The article went on to describe Song as an unofficial “patron” of style and art. She remarked in the piece that trends of the past were visibly changing. Things were becoming less visually homogenized, she claimed. No longer were civilians only donning “drab” grey suits that tended to make most people’s outward appearances look indistinguishable from one another.

Li, the exhibition’s curator, envisions Song as a Chinese figure with deep connections to the West. That’s in keeping with M+’s broader vision, which asserts that China’s various arts scenes did not function in isolation. (The museum houses the collection of Swiss media titan Uli Sigg, a collector of work by political Chinese artists, many who worked with moving images.
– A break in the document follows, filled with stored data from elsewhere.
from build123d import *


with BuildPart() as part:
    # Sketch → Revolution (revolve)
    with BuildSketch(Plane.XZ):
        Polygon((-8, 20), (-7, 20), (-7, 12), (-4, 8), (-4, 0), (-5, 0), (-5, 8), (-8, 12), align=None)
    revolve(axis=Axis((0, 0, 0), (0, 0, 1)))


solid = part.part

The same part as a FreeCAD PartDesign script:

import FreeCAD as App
import Part
import Sketcher

V = App.Vector
Q = App.Units.Quantity


def add_polygon(sketch, points):
    """Adds a closed chain of lines whose ends are joined by coincident constraints."""
    first, n = sketch.GeometryCount, len(points)
    for a, b in zip(points, points[1:] + points[:1]):
        sketch.addGeometry(Part.LineSegment(App.Vector(*a, 0), App.Vector(*b, 0)), False)
    for i in range(n):
        sketch.addConstraint(Sketcher.Constraint("Coincident", first + i, 2, first + (i + 1) % n, 1))

doc = App.newDocument("Part")
body = doc.addObject("PartDesign::Body", "Body")

# Sketch on XZ plane
sketch1 = doc.addObject("Sketcher::SketchObject", "Sketch")
body.addObject(sketch1)
sketch1.AttachmentSupport = (doc.XZ_Plane, [""])
sketch1.MapMode = "FlatFace"
add_polygon(sketch1, [(-7, 20), (-8, 20), (-8, 12), (-5, 8), (-5, 0), (-4, 0), (-4, 8), (-7, 12)])  # lines 0-7
sketch1.addConstraint(Sketcher.Constraint("Horizontal", 0))
sketch1.addConstraint(Sketcher.Constraint("Vertical", 1))
sketch1.addConstraint(Sketcher.Constraint("Vertical", 3))
sketch1.addConstraint(Sketcher.Constraint("Horizontal", 4))
sketch1.addConstraint(Sketcher.Constraint("Vertical", 5))
sketch1.addConstraint(Sketcher.Constraint("Vertical", 7))
sketch1.addConstraint(Sketcher.Constraint("PointOnObject", 3, 2, -1))
sketch1.addConstraint(Sketcher.Constraint("Parallel", 2, 6))
sketch1.addConstraint(Sketcher.Constraint("Horizontal", 2, 2, 5, 2))
sketch1.addConstraint(Sketcher.Constraint("Horizontal", 1, 2, 6, 2))
sketch1.addConstraint(Sketcher.Constraint("Equal", 1, 3))
sketch1.addConstraint(Sketcher.Constraint("DistanceX", 0, 2, 0, 1, Q("1 mm")))
sketch1.addConstraint(Sketcher.Constraint("DistanceY", 1, 2, 1, 1, Q("8 mm")))
sketch1.addConstraint(Sketcher.Constraint("Distance", 2, Q("5 mm")))
sketch1.addConstraint(Sketcher.Constraint("DistanceX", 0, 2, -1, 1, Q("8 mm")))
sketch1.addConstraint(Sketcher.Constraint("DistanceY", -1, 1, 0, 2, Q("20 mm")))
revolution = doc.addObject("PartDesign::Revolution", "Revolution")
body.addObject(revolution)
revolution.Profile = sketch1
revolution.ReferenceAxis = (sketch1, ["V_Axis"])
revolution.Angle = 360

doc.recompute()
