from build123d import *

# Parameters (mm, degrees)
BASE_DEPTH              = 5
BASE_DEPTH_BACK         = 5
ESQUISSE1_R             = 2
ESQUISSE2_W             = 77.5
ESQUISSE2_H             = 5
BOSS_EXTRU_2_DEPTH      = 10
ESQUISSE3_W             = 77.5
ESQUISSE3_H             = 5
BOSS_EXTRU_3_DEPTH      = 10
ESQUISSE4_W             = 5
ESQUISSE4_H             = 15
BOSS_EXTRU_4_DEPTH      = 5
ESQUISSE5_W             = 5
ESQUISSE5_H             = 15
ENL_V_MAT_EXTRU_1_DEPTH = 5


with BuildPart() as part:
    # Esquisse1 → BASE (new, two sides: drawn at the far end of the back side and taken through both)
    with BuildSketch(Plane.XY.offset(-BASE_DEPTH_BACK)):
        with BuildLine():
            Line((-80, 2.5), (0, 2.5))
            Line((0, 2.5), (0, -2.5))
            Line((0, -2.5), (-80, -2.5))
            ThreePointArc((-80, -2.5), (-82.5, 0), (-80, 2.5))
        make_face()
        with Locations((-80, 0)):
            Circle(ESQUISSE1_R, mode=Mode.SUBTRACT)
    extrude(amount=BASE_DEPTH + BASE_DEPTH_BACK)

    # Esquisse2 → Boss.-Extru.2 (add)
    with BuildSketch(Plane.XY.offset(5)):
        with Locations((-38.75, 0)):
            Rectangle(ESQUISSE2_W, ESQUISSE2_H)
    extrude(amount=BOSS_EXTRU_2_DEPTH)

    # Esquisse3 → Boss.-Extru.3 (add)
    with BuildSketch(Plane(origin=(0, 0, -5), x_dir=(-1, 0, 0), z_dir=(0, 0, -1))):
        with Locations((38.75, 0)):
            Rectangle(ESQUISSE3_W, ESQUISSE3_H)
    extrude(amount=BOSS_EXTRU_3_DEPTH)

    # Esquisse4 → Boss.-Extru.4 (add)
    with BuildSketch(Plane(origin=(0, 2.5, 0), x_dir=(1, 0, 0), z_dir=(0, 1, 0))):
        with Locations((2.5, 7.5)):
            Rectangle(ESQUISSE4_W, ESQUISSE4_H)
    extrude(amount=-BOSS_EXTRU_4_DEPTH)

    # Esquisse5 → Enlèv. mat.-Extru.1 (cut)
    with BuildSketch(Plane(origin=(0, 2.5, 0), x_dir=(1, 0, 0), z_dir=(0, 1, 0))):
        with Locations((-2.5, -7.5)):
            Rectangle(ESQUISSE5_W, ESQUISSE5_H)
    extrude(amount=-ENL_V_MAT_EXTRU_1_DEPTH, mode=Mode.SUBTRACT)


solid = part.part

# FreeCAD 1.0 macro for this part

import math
import FreeCAD as App
import Part
import Sketcher
from FreeCAD import Vector

doc = App.newDocument("Part")
body = doc.addObject("PartDesign::Body", "Body")

# Sketch on XY plane
sketch1 = body.newObject("Sketcher::SketchObject", "Sketch")
sketch1.AttachmentSupport = (doc.getObject("XY_Plane"), [""])
sketch1.MapMode = "FlatFace"
sketch1.addGeometry(Part.LineSegment(Vector(0, 2.5, 0), Vector(-80, 2.5, 0)), False)
sketch1.addGeometry(Part.ArcOfCircle(Part.Circle(Vector(-80, 0, 0), Vector(0, 0, 1), 2.5), math.radians(90), math.radians(270)), False)
sketch1.addGeometry(Part.LineSegment(Vector(-80, -2.5, 0), Vector(0, -2.5, 0)), False)
sketch1.addGeometry(Part.LineSegment(Vector(0, -2.5, 0), Vector(0, 2.5, 0)), False)
sketch1.addGeometry(Part.Circle(Vector(-80, 0, 0), Vector(0, 0, 1), 2), False)
sketch1.addConstraint(Sketcher.Constraint("Tangent", 0, 2, 1, 1))
sketch1.addConstraint(Sketcher.Constraint("Tangent", 1, 2, 2, 1))
sketch1.addConstraint(Sketcher.Constraint("Coincident", 2, 2, 3, 1))
sketch1.addConstraint(Sketcher.Constraint("Coincident", 3, 2, 0, 1))
sketch1.addConstraint(Sketcher.Constraint("Horizontal", 0))
sketch1.addConstraint(Sketcher.Constraint("Horizontal", 2))
sketch1.addConstraint(Sketcher.Constraint("Vertical", 3))
sketch1.addConstraint(Sketcher.Constraint("Coincident", 4, 3, 1, 3))
sketch1.addConstraint(Sketcher.Constraint("Symmetric", 2, 2, 3, 2, -1, 1))
sketch1.addConstraint(Sketcher.Constraint("Diameter", 4, 4.0))
sketch1.addConstraint(Sketcher.Constraint("Radius", 1, 2.5))
sketch1.addConstraint(Sketcher.Constraint("DistanceX", 0, 2, 0, 1, 80.0))
pad1 = body.newObject("PartDesign::Pad", "Pad")
pad1.Profile = sketch1
pad1.Type = "TwoLengths"
pad1.Length = 5
pad1.Length2 = 5

# Sketch on XY plane
sketch2 = body.newObject("Sketcher::SketchObject", "Sketch001")
sketch2.AttachmentSupport = (doc.getObject("XY_Plane"), [""])
sketch2.MapMode = "FlatFace"
sketch2.AttachmentOffset = App.Placement(Vector(0, 0, 5), App.Rotation())
sketch2.addGeometry(Part.LineSegment(Vector(-77.5, 2.5, 0), Vector(-77.5, -2.5, 0)), False)
sketch2.addGeometry(Part.LineSegment(Vector(-77.5, -2.5, 0), Vector(0, -2.5, 0)), False)
sketch2.addGeometry(Part.LineSegment(Vector(0, -2.5, 0), Vector(0, 2.5, 0)), False)
sketch2.addGeometry(Part.LineSegment(Vector(0, 2.5, 0), Vector(-77.5, 2.5, 0)), False)
sketch2.addConstraint(Sketcher.Constraint("Coincident", 0, 2, 1, 1))
sketch2.addConstraint(Sketcher.Constraint("Coincident", 1, 2, 2, 1))
sketch2.addConstraint(Sketcher.Constraint("Coincident", 2, 2, 3, 1))
sketch2.addConstraint(Sketcher.Constraint("Coincident", 3, 2, 0, 1))
sketch2.addConstraint(Sketcher.Constraint("Vertical", 0))
sketch2.addConstraint(Sketcher.Constraint("Horizontal", 1))
sketch2.addConstraint(Sketcher.Constraint("Vertical", 2))
sketch2.addConstraint(Sketcher.Constraint("Horizontal", 3))
sketch2.addConstraint(Sketcher.Constraint("Symmetric", 1, 2, 2, 2, -1, 1))
sketch2.addConstraint(Sketcher.Constraint("DistanceY", 0, 2, 0, 1, 5.0))
sketch2.addConstraint(Sketcher.Constraint("DistanceX", 1, 1, 1, 2, 77.5))
pad2 = body.newObject("PartDesign::Pad", "Pad001")
pad2.Profile = sketch2
pad2.Length = 10

# Sketch on XY plane
sketch3 = body.newObject("Sketcher::SketchObject", "Sketch002")
sketch3.AttachmentSupport = (doc.getObject("XY_Plane"), [""])
sketch3.MapMode = "FlatFace"
sketch3.AttachmentOffset = App.Placement(Vector(0, 0, -5), App.Rotation())
sketch3.addGeometry(Part.LineSegment(Vector(0, 2.5, 0), Vector(0, -2.5, 0)), False)
sketch3.addGeometry(Part.LineSegment(Vector(0, -2.5, 0), Vector(-77.5, -2.5, 0)), False)
sketch3.addGeometry(Part.LineSegment(Vector(-77.5, -2.5, 0), Vector(-77.5, 2.5, 0)), False)
sketch3.addGeometry(Part.LineSegment(Vector(-77.5, 2.5, 0), Vector(0, 2.5, 0)), False)
sketch3.addConstraint(Sketcher.Constraint("Coincident", 0, 2, 1, 1))
sketch3.addConstraint(Sketcher.Constraint("Coincident", 1, 2, 2, 1))
sketch3.addConstraint(Sketcher.Constraint("Coincident", 2, 2, 3, 1))
sketch3.addConstraint(Sketcher.Constraint("Coincident", 3, 2, 0, 1))
sketch3.addConstraint(Sketcher.Constraint("Vertical", 0))
sketch3.addConstraint(Sketcher.Constraint("Horizontal", 1))
sketch3.addConstraint(Sketcher.Constraint("Vertical", 2))
sketch3.addConstraint(Sketcher.Constraint("Horizontal", 3))
sketch3.addConstraint(Sketcher.Constraint("Symmetric", 0, 2, 3, 2, -1, 1))
sketch3.addConstraint(Sketcher.Constraint("DistanceY", 0, 2, 0, 1, 5.0))
sketch3.addConstraint(Sketcher.Constraint("DistanceX", 1, 2, 1, 1, 77.5))
pad3 = body.newObject("PartDesign::Pad", "Pad002")
pad3.Profile = sketch3
pad3.Length = 10
pad3.Reversed = True

# Sketch on XZ plane
sketch4 = body.newObject("Sketcher::SketchObject", "Sketch003")
sketch4.AttachmentSupport = (doc.getObject("XZ_Plane"), [""])
sketch4.MapMode = "FlatFace"
sketch4.AttachmentOffset = App.Placement(Vector(0, 0, -2.5), App.Rotation())
sketch4.addGeometry(Part.LineSegment(Vector(0, -15, 0), Vector(0, 0, 0)), False)
sketch4.addGeometry(Part.LineSegment(Vector(0, 0, 0), Vector(5, 0, 0)), False)
sketch4.addGeometry(Part.LineSegment(Vector(5, 0, 0), Vector(5, -15, 0)), False)
sketch4.addGeometry(Part.LineSegment(Vector(5, -15, 0), Vector(0, -15, 0)), False)
sketch4.addConstraint(Sketcher.Constraint("Coincident", 0, 2, 1, 1))
sketch4.addConstraint(Sketcher.Constraint("Coincident", 1, 2, 2, 1))
sketch4.addConstraint(Sketcher.Constraint("Coincident", 2, 2, 3, 1))
sketch4.addConstraint(Sketcher.Constraint("Coincident", 3, 2, 0, 1))
sketch4.addConstraint(Sketcher.Constraint("Vertical", 0))
sketch4.addConstraint(Sketcher.Constraint("Horizontal", 1))
sketch4.addConstraint(Sketcher.Constraint("Vertical", 2))
sketch4.addConstraint(Sketcher.Constraint("Horizontal", 3))
sketch4.addConstraint(Sketcher.Constraint("Coincident", 0, 2, -1, 1))
sketch4.addConstraint(Sketcher.Constraint("DistanceX", 1, 1, 1, 2, 5.0))
sketch4.addConstraint(Sketcher.Constraint("DistanceY", 0, 1, 0, 2, 15.0))
pad4 = body.newObject("PartDesign::Pad", "Pad003")
pad4.Profile = sketch4
pad4.Length = 5

# Sketch on XZ plane
sketch5 = body.newObject("Sketcher::SketchObject", "Sketch004")
sketch5.AttachmentSupport = (doc.getObject("XZ_Plane"), [""])
sketch5.MapMode = "FlatFace"
sketch5.AttachmentOffset = App.Placement(Vector(0, 0, -2.5), App.Rotation())
sketch5.addGeometry(Part.LineSegment(Vector(-5, 0, 0), Vector(-5, 15, 0)), False)
sketch5.addGeometry(Part.LineSegment(Vector(-5, 15, 0), Vector(0, 15, 0)), False)
sketch5.addGeometry(Part.LineSegment(Vector(0, 15, 0), Vector(0, 0, 0)), False)
sketch5.addGeometry(Part.LineSegment(Vector(0, 0, 0), Vector(-5, 0, 0)), False)
sketch5.addConstraint(Sketcher.Constraint("Coincident", 0, 2, 1, 1))
sketch5.addConstraint(Sketcher.Constraint("Coincident", 1, 2, 2, 1))
sketch5.addConstraint(Sketcher.Constraint("Coincident", 2, 2, 3, 1))
sketch5.addConstraint(Sketcher.Constraint("Coincident", 3, 2, 0, 1))
sketch5.addConstraint(Sketcher.Constraint("Vertical", 0))
sketch5.addConstraint(Sketcher.Constraint("Horizontal", 1))
sketch5.addConstraint(Sketcher.Constraint("Vertical", 2))
sketch5.addConstraint(Sketcher.Constraint("Horizontal", 3))
sketch5.addConstraint(Sketcher.Constraint("Coincident", 2, 2, -1, 1))
sketch5.addConstraint(Sketcher.Constraint("DistanceX", 1, 1, 1, 2, 5.0))
sketch5.addConstraint(Sketcher.Constraint("DistanceY", 0, 1, 0, 2, 15.0))
pocket1 = body.newObject("PartDesign::Pocket", "Pocket")
pocket1.Profile = sketch5
pocket1.Length = 5
pocket1.Reversed = True

doc.recompute()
He served as an ambassador to China in the 1990s, when Song was already a known figure.)

For Cardin, Song was useful in expanding what the New York Times once called an “omnipresent global brand.” That brand encompassed clothing, accessories, furniture, household products, and fragrances, all sold through an estimated 800 licenses in more than 140 countries.

Song was there to help materialize the vision when Cardin wanted to expand beyond wearable items. In 1981, he’d moved on to investments in entertainment, buying the restaurant Maxim’s in Paris and opening its second location in Beijing shortly afterward, appointing Song as its manager. But the restaurant was not merely an eatery: it was also a set for several films, too. Its role in Chinese cinema history is featured in I Love Beijing, a film by Ning Ying included in this show.

In some ways, the Song exhibition is not just a show—it is also a bid to amp up the profile of Hong Kong’s fashion world, too. At a cultural summit staged earlier this week, Henry Tang, chairman of the city’s West Kowloon District Authority, which operates M+, said Hong Kong would launch a fashion week this year. It’s set to compete with Shanghai’s fashion week, and while details about the event remain sparse, the Song show suggests that Hong Kong is steadily building its might in that field.